第418話《国交》
神聖樹の森を抜けてから数日。
ナユ達の前に、見慣れた迷宮都市ナユタの外壁が姿を現した。
長い旅を終えた安堵から、ナユは思わず歩調を速める。
「帰ってきたー!」
「まだ門を潜っておりませんよ、お嬢様」
「見えたらもう帰ってきたようなものだよ!」
ミナが小さく笑う。
ナユの肩では、レムが初めて見る都市を興味深そうに眺めていた。
「へえ。ここがあなたの街なのね」
「うん。迷宮都市ナユタ!」
「想像してたより大きいわね」
レムはそう言いながら、ふいに笑みを消した。
羽ばたいてナユの肩から離れると、空中で動きを止める。
「……待ちなさい」
「どうしたの?」
レムは街ではなく、その周囲の空間を見ていた。
目には何も映らない。
それでも、彼女には分かるらしい。
「この街、何かに包まれてるわ」
ナユが首を傾げる。
「すごく大きな魔力。それも、そこらの術者が張れるような結界じゃない」
「あ、それなら白竜のヴァイスさんだよ」
「……白竜?」
「ナユタを守るために、結界を張ってくれてるの」
レムがゆっくりナユを見る。
「あなた、白竜とも知り合いなの?」
「うん。ちょっとね」
「ちょっとで白竜が街全体を守る結界なんて張る?」
「張ってくれたよ?」
「聞き方を変えるわ。あなた、自分がおかしいと思ったことは?」
「ないよ!」
『回答としては予想通りです』
(ミラまで何なの!?)
レムはしばらく結界を眺めていた。
普段の軽い調子は消え、都市全体を覆う魔力を確かめるように目を細めている。
やがて、何かに納得したようにナユの肩へ戻った。
「……なるほどね」
「何が?」
「別に。

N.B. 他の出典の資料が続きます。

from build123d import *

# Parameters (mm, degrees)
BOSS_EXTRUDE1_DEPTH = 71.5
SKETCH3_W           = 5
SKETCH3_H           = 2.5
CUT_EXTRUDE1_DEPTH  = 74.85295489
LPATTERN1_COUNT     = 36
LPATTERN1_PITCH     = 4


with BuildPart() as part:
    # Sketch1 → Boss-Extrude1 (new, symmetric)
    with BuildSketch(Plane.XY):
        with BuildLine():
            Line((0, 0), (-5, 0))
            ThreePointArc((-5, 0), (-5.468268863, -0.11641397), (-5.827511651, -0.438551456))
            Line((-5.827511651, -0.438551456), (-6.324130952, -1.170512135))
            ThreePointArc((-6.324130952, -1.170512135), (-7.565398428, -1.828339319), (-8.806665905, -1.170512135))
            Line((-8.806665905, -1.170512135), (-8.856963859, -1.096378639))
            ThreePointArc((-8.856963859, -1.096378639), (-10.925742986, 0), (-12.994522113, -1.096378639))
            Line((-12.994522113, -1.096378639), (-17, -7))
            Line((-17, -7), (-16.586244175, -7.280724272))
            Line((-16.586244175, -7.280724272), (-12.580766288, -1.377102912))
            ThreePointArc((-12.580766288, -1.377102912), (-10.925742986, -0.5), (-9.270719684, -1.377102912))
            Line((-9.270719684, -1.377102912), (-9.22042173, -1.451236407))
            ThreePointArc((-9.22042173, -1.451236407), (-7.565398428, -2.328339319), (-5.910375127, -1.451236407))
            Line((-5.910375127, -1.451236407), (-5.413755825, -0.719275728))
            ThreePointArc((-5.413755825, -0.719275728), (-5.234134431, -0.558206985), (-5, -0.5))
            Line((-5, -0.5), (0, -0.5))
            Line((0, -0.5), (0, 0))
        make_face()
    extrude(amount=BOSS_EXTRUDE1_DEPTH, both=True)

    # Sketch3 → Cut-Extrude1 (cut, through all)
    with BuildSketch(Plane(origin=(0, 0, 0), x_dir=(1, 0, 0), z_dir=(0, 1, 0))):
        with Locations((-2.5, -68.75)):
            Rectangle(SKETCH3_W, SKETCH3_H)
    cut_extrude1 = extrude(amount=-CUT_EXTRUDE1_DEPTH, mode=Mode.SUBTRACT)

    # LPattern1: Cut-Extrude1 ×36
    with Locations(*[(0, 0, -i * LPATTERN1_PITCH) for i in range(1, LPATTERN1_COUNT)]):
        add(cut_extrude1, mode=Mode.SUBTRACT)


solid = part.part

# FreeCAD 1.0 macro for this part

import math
import FreeCAD as App
import Part
import Sketcher

V = App.Vector
Q = App.Units.Quantity

doc = App.newDocument("Part")
body = doc.addObject("PartDesign::Body", "Body")

# Sketch on XY plane
sketch1 = doc.addObject("Sketcher::SketchObject", "Sketch")
body.addObject(sketch1)
sketch1.AttachmentSupport = (doc.XY_Plane, [""])
sketch1.MapMode = "FlatFace"
sketch1.addGeometry([
    Part.LineSegment(V(0, 0, 0), V(-5, 0, 0)),  # 0
    Part.ArcOfCircle(Part.Circle(V(-5, -1, 0), V(0, 0, 1), 1), math.radians(90), math.radians(145.843967)),  # 1
    Part.LineSegment(V(-5.827512, -0.438551, 0), V(-6.324131, -1.170512, 0)),  # 2
    Part.ArcOfCircle(Part.Circle(V(-7.565398, -0.328339, 0), V(0, 0, 1), 1.5), math.radians(-145.843966), math.radians(-34.156034)),  # 3
    Part.LineSegment(V(-8.806666, -1.170512, 0), V(-8.856964, -1.096379, 0)),  # 4
    Part.ArcOfCircle(Part.Circle(V(-10.925743, -2.5, 0), V(0, 0, 1), 2.5), math.radians(34.156034), math.radians(145.843966)),  # 5
    Part.LineSegment(V(-12.994522, -1.096379, 0), V(-17, -7, 0)),  # 6
    Part.LineSegment(V(-17, -7, 0), V(-16.586244, -7.280724, 0)),  # 7
    Part.LineSegment(V(-16.586244, -7.280724, 0), V(-12.580766, -1.377103, 0)),  # 8
    Part.ArcOfCircle(Part.Circle(V(-10.925743, -2.5, 0), V(0, 0, 1), 2), math.radians(34.156034), math.radians(145.843966)),  # 9
    Part.LineSegment(V(-9.27072, -1.377103, 0), V(-9.220422, -1.451236, 0)),  # 10
    Part.ArcOfCircle(Part.Circle(V(-7.565398, -0.328339, 0), V(0, 0, 1), 2), math.radians(-145.843967), math.radians(-34.156034)),  # 11
    Part.LineSegment(V(-5.910375, -1.451236, 0), V(-5.413756, -0.719276, 0)),  # 12
    Part.ArcOfCircle(Part.Circle(V(-5, -1, 0), V(0, 0, 1), 0.5), math.radians(90), math.radians(145.843967)),  # 13
    Part.LineSegment(V(-5, -0.5, 0), V(0, -0.5, 0)),  # 14
    Part.LineSegment(V(0, -0.5, 0), V(0, 0, 0)),  # 15
], False)
sketch1.addConstraint([
    Sketcher.Constraint("Tangent", 0, 2, 1, 1),
    Sketcher.Constraint("Tangent", 1, 2, 2, 1),
    Sketcher.Constraint("Tangent", 2, 2, 3, 2),
    Sketcher.Constraint("Tangent", 3, 1, 4, 1),
    Sketcher.Constraint("Tangent", 4, 2, 5, 1),
    Sketcher.Constraint("Tangent", 5, 2, 6, 1),
    Sketcher.Constraint("Coincident", 6, 2, 7, 1),
    Sketcher.Constraint("Coincident", 7, 2, 8, 1),
    Sketcher.Constraint("Tangent", 8, 2, 9, 2),
    Sketcher.Constraint("Tangent", 9, 1, 10, 1),
    Sketcher.Constraint("Tangent", 10, 2, 11, 1),
    Sketcher.Constraint("Tangent", 11, 2, 12, 1),
    Sketcher.Constraint("Tangent", 12, 2, 13, 2),
    Sketcher.Constraint("Tangent", 13, 1, 14, 1),
    Sketcher.Constraint("Coincident", 14, 2, 15, 1),
    Sketcher.Constraint("Coincident", 15, 2, 0, 1),
    Sketcher.Constraint("Horizontal", 0),
    Sketcher.Constraint("Horizontal", 14),
    Sketcher.Constraint("Vertical", 15),
    Sketcher.Constraint("Coincident", 15, 2, -1, 1),
    Sketcher.Constraint("Coincident", 9, 3, 5, 3),
    Sketcher.Constraint("Coincident", 11, 3, 3, 3),
    Sketcher.Constraint("Coincident", 13, 3, 1, 3),
    Sketcher.Constraint("Equal", 9, 11),
    Sketcher.Constraint("Parallel", 2, 6),
    Sketcher.Constraint("Perpendicular", 6, 7),
    Sketcher.Constraint("Perpendicular", 7, 8),
    Sketcher.Constraint("Parallel", 4, 10),
    Sketcher.Constraint("Parallel", 8, 12),
    Sketcher.Constraint("Horizontal", 2, 2, 3, 1),
    Sketcher.Constraint("Radius", 1, Q("1 mm")),
    Sketcher.Constraint("Radius", 9, Q("2 mm")),
    Sketcher.Constraint("Radius", 3, Q("1.5 mm")),
    Sketcher.Constraint("DistanceX", 0, 2, 0, 1, Q("5 mm")),
    Sketcher.Constraint("DistanceX", 6, 2, -1, 1, Q("17 mm")),
    Sketcher.Constraint("DistanceY", 6, 2, -1, 1, Q("7 mm")),
    Sketcher.Constraint("DistanceY", 5, 3, -1, 1, Q("2.5 mm")),
    Sketcher.Constraint("DistanceX", 3, 3, -1, 1, Q("7.565398 mm")),
])
pad1 = doc.addObject("PartDesign::Pad", "Pad")
body.addObject(pad1)
pad1.Profile = sketch1
pad1.Length = 143
pad1.Midplane = True

# Sketch on XZ plane
sketch2 = doc.addObject("Sketcher::SketchObject", "Sketch001")
body.addObject(sketch2)
sketch2.AttachmentSupport = (doc.XZ_Plane, [""])
sketch2.MapMode = "FlatFace"
sketch2.addGeometry([
    Part.LineSegment(V(-5, 67.5, 0), V(-5, 70, 0)),
    Part.LineSegment(V(-5, 70, 0), V(0, 70, 0)),
    Part.LineSegment(V(0, 70, 0), V(0, 67.5, 0)),
    Part.LineSegment(V(0, 67.5, 0), V(-5, 67.5, 0)),
], False)
sketch2.addConstraint([
    Sketcher.Constraint("Coincident", 0, 2, 1, 1),
    Sketcher.Constraint("Coincident", 1, 2, 2, 1),
    Sketcher.Constraint("Coincident", 2, 2, 3, 1),
    Sketcher.Constraint("Coincident", 3, 2, 0, 1),
    Sketcher.Constraint("Vertical", 0),
    Sketcher.Constraint("Horizontal", 1),
    Sketcher.Constraint("Vertical", 2),
    Sketcher.Constraint("Horizontal", 3),
    Sketcher.Constraint("PointOnObject", 1, 2, -2),
    Sketcher.Constraint("DistanceX", 1, 1, 1, 2, Q("5 mm")),
    Sketcher.Constraint("DistanceY", 0, 1, 0, 2, Q("2.5 mm")),
    Sketcher.Constraint("DistanceY", -1, 1, 0, 2, Q("70 mm")),
])
pocket1 = doc.addObject("PartDesign::Pocket", "Pocket")
body.addObject(pocket1)
pocket1.Profile = sketch2
pocket1.Type = "ThroughAll"
pocket1.Reversed = True
doc.recompute()

linearpattern = doc.addObject("PartDesign::LinearPattern", "LinearPattern")
body.addObject(linearpattern)
linearpattern.Originals = [pocket1]
linearpattern.Direction = (doc.Z_Axis, [""])
linearpattern.Mode = "offset"
linearpattern.Offset = 4
linearpattern.Occurrences = 36
linearpattern.Reversed = True
body.Tip = linearpattern

doc.recompute()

ますます面白い街だと思っただけ」
「まだ中にも色々あるよ!」
「それは楽しみだわ」
四人はそのまま城門へ向かった。
◆
帰還の挨拶を済ませたナユが最初に向かったのは、中央区の役所だった。
救出者達のその後も気になっていたが、それ以上にルラフィナ王から預かった話を、早めにエリシアへ伝える必要がある。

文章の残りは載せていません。